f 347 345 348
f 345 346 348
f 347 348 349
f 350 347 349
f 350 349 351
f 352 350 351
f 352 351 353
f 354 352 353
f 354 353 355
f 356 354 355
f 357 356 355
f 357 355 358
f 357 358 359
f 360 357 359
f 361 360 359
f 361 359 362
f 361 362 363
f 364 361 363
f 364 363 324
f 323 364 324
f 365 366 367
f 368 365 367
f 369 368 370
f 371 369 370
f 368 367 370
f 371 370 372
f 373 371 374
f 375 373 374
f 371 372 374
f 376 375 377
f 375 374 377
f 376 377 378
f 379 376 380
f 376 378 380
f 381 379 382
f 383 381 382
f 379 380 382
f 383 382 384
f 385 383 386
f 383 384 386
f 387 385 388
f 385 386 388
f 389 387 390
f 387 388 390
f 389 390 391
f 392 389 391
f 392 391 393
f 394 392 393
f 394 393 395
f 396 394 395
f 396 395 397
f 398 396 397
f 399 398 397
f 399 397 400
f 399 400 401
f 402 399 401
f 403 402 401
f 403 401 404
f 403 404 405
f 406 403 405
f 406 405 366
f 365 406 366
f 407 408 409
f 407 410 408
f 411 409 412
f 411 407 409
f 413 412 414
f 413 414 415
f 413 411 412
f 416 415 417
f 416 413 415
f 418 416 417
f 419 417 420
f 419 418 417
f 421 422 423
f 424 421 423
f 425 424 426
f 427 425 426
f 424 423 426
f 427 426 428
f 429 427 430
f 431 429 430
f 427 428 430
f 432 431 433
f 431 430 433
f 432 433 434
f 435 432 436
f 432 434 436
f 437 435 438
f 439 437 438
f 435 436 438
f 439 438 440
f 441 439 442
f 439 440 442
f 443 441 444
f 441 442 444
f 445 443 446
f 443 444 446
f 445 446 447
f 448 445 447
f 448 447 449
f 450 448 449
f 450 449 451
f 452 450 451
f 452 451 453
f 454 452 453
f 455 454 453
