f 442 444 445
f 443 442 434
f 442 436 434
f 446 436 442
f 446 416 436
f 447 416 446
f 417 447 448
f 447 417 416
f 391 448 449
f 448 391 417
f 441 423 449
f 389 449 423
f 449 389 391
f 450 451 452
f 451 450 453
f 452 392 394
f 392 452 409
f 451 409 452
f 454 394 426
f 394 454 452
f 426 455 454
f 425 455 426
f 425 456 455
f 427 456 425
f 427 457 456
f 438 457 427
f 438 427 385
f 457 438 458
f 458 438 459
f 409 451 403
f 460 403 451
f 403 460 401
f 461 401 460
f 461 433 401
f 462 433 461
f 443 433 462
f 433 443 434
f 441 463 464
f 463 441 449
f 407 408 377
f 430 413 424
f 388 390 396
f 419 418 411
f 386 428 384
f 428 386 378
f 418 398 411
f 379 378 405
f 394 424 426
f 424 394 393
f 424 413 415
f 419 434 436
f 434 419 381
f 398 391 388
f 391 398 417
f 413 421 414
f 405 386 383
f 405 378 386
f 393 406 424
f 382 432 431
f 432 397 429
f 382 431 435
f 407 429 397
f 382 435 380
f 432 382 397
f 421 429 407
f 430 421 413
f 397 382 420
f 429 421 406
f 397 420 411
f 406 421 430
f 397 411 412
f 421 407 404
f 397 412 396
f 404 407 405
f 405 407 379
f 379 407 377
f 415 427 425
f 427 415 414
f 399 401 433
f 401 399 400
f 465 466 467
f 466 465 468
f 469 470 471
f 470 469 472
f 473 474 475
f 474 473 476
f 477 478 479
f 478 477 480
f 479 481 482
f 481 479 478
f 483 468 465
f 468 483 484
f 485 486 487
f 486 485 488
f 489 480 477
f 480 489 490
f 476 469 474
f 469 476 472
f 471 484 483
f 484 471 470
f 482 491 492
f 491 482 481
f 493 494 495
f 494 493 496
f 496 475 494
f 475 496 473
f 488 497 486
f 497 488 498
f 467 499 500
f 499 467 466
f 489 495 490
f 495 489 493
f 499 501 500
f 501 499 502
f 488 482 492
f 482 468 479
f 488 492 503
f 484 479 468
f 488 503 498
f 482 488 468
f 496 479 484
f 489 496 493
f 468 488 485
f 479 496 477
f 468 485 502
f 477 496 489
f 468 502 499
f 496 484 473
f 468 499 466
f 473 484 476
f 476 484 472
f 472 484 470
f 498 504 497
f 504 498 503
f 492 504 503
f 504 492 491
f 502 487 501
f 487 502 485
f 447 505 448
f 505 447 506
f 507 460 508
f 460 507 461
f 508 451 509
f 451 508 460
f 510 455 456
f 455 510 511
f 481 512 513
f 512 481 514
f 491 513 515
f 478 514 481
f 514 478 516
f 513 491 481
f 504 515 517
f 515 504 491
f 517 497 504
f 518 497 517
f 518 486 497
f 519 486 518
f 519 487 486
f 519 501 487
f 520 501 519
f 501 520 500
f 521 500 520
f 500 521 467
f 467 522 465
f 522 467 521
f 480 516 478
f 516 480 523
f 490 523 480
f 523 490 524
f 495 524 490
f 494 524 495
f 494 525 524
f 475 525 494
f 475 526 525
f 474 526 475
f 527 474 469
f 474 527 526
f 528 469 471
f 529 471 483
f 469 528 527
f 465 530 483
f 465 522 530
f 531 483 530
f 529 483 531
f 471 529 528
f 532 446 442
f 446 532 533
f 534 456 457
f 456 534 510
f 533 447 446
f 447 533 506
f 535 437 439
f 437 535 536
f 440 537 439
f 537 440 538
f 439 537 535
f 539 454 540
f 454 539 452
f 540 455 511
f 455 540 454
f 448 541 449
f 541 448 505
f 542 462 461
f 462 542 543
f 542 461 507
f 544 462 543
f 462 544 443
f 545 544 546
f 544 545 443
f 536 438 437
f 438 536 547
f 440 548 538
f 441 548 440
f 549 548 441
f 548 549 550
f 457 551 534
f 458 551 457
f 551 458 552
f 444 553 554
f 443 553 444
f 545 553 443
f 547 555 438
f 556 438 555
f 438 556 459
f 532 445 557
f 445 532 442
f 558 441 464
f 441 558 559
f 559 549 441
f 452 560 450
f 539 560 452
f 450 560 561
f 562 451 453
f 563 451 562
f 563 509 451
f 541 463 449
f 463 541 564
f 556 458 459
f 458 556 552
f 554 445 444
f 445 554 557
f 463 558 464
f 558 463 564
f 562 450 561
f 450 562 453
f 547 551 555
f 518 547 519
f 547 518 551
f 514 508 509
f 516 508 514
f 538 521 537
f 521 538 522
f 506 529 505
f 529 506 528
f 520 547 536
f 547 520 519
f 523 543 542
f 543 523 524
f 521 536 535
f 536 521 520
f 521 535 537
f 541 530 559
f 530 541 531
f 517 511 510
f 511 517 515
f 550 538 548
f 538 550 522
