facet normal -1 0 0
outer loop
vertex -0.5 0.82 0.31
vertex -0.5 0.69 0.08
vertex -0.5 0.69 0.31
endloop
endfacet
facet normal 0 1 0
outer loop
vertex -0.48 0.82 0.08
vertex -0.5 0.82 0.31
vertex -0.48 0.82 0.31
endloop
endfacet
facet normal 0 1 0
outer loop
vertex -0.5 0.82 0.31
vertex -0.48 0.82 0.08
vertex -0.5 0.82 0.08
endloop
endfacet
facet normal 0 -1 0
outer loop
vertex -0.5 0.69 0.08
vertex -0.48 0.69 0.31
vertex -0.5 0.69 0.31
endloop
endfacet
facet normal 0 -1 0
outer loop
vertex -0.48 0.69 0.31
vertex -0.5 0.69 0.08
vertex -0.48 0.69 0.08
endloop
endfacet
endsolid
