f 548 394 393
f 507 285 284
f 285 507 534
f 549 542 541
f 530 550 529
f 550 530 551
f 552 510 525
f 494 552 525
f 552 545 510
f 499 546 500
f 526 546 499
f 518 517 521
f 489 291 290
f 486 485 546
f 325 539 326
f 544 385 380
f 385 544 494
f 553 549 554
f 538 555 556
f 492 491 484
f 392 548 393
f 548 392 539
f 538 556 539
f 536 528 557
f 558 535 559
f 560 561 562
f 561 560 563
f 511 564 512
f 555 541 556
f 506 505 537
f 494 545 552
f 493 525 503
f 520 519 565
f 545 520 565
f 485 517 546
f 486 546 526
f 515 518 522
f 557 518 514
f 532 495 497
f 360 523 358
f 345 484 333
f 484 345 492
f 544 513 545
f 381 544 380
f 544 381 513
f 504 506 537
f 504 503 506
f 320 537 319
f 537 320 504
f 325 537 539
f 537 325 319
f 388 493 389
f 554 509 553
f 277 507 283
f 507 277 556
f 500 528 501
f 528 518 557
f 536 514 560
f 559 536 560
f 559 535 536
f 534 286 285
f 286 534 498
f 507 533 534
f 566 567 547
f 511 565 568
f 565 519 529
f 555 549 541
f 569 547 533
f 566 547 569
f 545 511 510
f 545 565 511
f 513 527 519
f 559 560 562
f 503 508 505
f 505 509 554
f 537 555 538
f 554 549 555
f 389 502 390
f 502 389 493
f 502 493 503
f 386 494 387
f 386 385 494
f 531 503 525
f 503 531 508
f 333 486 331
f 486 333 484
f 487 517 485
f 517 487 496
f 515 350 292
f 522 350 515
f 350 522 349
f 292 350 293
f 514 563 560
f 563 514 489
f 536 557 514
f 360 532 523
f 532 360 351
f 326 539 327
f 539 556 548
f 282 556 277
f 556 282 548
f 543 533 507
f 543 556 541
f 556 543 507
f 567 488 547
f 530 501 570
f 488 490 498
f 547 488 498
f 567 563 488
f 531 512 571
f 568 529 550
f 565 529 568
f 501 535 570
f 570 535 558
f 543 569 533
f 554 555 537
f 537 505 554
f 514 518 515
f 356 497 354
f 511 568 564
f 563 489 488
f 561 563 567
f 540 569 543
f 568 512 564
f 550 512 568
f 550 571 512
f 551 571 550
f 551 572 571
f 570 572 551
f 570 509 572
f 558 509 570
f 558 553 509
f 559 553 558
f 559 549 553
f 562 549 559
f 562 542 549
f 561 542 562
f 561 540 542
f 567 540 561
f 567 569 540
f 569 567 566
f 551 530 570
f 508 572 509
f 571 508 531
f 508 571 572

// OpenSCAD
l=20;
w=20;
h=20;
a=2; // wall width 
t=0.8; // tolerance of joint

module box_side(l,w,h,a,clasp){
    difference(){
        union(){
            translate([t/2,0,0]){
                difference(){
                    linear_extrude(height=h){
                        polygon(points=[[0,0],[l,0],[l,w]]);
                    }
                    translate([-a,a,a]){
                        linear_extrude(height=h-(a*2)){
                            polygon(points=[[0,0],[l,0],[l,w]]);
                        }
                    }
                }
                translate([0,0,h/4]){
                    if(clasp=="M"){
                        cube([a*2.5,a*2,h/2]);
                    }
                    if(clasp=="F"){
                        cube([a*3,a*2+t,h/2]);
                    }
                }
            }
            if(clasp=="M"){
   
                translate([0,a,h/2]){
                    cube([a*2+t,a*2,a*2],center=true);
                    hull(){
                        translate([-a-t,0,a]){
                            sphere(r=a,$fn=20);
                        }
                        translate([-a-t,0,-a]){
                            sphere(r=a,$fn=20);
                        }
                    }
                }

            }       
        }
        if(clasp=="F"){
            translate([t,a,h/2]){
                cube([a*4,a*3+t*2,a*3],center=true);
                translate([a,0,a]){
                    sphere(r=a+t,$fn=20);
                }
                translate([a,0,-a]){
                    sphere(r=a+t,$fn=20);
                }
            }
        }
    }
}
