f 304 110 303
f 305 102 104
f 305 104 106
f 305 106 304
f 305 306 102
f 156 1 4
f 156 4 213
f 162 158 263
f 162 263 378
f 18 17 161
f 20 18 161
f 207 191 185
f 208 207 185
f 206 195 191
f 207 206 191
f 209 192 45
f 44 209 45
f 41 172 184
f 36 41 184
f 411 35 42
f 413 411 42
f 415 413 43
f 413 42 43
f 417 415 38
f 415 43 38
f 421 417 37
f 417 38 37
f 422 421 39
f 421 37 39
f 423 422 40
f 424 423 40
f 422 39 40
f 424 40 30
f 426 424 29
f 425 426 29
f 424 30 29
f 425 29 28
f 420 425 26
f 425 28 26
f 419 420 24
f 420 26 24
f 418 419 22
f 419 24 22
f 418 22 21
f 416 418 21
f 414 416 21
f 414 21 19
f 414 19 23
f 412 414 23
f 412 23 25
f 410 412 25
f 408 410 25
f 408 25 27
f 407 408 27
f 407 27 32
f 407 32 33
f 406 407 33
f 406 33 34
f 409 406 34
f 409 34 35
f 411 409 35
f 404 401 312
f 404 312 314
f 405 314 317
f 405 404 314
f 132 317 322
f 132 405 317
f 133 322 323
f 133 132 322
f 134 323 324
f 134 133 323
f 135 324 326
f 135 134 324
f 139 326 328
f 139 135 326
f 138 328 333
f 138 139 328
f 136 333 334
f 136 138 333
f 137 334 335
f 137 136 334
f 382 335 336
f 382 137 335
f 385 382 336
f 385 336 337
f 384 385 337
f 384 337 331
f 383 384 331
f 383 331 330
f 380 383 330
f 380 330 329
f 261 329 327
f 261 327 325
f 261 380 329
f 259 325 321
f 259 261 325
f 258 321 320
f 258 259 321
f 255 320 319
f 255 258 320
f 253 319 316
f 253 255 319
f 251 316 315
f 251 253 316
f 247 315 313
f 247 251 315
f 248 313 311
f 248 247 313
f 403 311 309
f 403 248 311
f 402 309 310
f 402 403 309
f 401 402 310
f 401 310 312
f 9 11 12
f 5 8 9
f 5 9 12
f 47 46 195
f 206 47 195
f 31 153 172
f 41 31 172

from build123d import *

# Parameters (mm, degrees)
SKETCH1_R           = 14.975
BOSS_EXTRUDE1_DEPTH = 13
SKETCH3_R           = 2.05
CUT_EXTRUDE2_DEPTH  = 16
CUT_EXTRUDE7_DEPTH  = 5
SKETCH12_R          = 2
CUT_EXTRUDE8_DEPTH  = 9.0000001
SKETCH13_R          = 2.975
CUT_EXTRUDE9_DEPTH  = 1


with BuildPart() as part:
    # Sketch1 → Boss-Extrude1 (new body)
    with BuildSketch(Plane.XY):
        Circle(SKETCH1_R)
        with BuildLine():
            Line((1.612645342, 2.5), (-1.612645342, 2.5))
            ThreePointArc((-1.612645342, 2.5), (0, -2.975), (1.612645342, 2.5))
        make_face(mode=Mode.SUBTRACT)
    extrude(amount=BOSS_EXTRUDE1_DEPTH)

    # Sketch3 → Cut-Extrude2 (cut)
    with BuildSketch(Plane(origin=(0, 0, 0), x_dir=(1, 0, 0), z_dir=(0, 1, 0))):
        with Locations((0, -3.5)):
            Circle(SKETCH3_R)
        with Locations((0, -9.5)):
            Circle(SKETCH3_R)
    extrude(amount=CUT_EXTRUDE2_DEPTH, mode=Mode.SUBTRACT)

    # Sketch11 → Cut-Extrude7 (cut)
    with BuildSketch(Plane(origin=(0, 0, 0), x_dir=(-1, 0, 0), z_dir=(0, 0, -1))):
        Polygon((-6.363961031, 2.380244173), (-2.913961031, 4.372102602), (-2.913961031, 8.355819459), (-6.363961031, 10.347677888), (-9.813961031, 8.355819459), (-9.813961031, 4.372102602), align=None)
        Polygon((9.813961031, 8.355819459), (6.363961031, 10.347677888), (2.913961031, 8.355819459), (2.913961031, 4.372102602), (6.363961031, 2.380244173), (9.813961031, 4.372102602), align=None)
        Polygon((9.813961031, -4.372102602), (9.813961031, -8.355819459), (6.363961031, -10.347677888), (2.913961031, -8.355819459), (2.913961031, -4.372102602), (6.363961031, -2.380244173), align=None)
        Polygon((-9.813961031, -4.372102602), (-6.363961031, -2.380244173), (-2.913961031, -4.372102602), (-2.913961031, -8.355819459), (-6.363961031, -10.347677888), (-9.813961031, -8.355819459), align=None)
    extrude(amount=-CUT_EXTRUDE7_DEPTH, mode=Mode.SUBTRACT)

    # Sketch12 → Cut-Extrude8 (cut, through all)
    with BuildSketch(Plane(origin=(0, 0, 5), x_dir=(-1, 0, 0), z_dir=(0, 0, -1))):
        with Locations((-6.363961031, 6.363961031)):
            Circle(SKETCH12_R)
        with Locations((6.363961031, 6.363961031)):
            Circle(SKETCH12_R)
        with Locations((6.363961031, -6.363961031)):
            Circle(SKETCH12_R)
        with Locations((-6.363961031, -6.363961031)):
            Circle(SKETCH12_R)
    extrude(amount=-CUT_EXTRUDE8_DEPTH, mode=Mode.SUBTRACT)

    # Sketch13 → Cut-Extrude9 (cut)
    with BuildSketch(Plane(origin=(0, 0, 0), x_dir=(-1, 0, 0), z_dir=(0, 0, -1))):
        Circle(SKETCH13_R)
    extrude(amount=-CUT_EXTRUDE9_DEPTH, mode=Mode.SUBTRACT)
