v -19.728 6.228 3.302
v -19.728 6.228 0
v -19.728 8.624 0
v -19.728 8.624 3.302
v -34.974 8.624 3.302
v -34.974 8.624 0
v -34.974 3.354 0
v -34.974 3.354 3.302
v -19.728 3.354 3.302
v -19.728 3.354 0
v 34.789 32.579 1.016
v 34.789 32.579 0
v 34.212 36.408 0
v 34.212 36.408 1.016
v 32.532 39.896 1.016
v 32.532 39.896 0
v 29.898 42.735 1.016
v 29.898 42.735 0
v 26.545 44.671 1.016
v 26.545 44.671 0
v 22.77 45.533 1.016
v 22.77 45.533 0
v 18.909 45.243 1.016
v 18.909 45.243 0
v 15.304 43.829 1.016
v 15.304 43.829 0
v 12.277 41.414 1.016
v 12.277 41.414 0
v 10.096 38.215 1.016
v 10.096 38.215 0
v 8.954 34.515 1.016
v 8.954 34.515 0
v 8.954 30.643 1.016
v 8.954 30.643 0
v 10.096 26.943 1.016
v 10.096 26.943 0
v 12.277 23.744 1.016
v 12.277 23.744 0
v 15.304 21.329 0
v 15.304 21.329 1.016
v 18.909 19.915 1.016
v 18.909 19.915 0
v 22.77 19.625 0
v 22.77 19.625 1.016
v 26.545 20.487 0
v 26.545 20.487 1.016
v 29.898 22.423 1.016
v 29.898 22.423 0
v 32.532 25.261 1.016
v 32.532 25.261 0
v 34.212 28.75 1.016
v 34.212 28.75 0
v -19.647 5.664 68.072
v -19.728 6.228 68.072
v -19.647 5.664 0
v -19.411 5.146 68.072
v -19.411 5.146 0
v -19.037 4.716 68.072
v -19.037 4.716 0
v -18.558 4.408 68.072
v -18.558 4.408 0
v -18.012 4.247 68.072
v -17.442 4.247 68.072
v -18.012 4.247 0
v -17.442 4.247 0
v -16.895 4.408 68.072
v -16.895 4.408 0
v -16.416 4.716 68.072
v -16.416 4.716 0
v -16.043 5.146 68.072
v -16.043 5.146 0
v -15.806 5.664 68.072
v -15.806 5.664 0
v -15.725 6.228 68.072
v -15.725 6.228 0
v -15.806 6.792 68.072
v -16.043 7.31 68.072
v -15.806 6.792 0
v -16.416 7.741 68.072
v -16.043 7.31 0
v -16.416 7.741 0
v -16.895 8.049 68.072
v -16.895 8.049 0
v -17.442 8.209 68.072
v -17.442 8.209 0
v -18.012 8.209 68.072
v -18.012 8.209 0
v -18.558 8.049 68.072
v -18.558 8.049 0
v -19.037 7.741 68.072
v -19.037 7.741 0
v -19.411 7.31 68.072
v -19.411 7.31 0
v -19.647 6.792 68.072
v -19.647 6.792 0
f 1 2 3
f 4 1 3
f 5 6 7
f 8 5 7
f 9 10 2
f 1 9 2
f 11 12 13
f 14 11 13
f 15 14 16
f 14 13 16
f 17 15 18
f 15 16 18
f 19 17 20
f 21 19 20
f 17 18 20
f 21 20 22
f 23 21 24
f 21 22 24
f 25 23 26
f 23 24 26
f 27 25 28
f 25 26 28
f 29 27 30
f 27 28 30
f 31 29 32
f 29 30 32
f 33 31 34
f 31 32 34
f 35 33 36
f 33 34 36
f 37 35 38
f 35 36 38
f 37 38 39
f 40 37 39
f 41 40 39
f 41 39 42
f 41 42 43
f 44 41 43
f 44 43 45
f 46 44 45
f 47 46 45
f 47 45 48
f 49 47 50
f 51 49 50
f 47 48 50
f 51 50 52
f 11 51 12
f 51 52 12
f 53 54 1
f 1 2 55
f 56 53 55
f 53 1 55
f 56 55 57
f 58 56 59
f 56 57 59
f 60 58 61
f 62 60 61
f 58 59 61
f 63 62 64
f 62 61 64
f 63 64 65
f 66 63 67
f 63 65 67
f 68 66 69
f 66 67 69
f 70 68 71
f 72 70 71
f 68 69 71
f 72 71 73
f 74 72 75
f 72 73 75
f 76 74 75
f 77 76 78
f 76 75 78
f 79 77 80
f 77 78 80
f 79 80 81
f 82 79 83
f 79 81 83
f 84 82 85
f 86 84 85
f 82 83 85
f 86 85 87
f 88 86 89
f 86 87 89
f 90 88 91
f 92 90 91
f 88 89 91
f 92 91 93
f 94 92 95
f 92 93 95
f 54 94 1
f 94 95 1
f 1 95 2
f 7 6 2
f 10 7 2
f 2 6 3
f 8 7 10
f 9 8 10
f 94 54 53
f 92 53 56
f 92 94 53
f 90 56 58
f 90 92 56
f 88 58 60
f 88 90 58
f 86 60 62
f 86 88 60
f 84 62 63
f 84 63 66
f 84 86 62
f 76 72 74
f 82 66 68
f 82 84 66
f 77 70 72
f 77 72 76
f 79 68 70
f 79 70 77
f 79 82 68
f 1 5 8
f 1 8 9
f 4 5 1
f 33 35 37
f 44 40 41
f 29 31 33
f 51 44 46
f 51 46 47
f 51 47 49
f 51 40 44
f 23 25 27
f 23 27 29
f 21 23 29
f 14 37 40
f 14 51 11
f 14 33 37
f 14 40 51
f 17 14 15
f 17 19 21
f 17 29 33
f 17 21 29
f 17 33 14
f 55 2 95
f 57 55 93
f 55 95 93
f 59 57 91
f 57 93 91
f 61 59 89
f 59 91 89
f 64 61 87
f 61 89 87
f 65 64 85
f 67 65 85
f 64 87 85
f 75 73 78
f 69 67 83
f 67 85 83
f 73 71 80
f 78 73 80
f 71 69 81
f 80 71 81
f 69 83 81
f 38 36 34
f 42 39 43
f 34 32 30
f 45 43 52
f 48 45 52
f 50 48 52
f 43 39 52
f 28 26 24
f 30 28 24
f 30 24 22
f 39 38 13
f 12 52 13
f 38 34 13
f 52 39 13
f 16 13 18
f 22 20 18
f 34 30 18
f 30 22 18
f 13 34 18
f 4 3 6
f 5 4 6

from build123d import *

# Parameters (mm, degrees)
F1_DEPTH = 68.072
F2_DEPTH = 3.302
F0_R     = 12.98991
F3_DEPTH = 1.016


with BuildPart() as f1:
    # F0 (on Top) → F1 (new body)
    with BuildSketch(Plane.XY):
        with BuildLine():
            ThreePointArc((-15.725264, 6.228324), (-17.726766, 8.229825), (-19.728268, 6.228324))
            ThreePointArc((-19.728268, 6.228324), (-17.726766, 4.226822), (-15.725264, 6.228324))
        make_face()
    extrude(amount=F1_DEPTH)

    # F0 (on Top) → F2 (join)
    with BuildSketch(Plane.XY):
        Polygon((-19.728268, 6.228324), (-19.728268, 8.623832), (-34.97443, 8.623832), (-34.97443, 3.353713), (-19.728268, 3.353713), align=None)
    extrude(amount=F2_DEPTH)


with BuildPart() as f3:
    # F0 (on Top) → F3 (new body)
    with BuildSketch(Plane.XY):
        with Locations((21.799132, 32.578923)):
            Circle(F0_R)
    extrude(amount=F3_DEPTH)


solid = Compound([f1.part, f3.part])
-*-*-
# [Work instruction]
Print, without alteration, only the lines above between the one holding "f 491 513 515" and the one holding "f 474 526 475", inclusive.

# [Answer space]
f 491 513 515
f 478 514 481
f 514 478 516
f 513 491 481
f 504 515 517
f 515 504 491
f 517 497 504
f 518 497 517
f 518 486 497
f 519 486 518
f 519 487 486
f 519 501 487
f 520 501 519
f 501 520 500
f 521 500 520
f 500 521 467
f 467 522 465
f 522 467 521
f 480 516 478
f 516 480 523
f 490 523 480
f 523 490 524
f 495 524 490
f 494 524 495
f 494 525 524
f 475 525 494
f 475 526 525
f 474 526 475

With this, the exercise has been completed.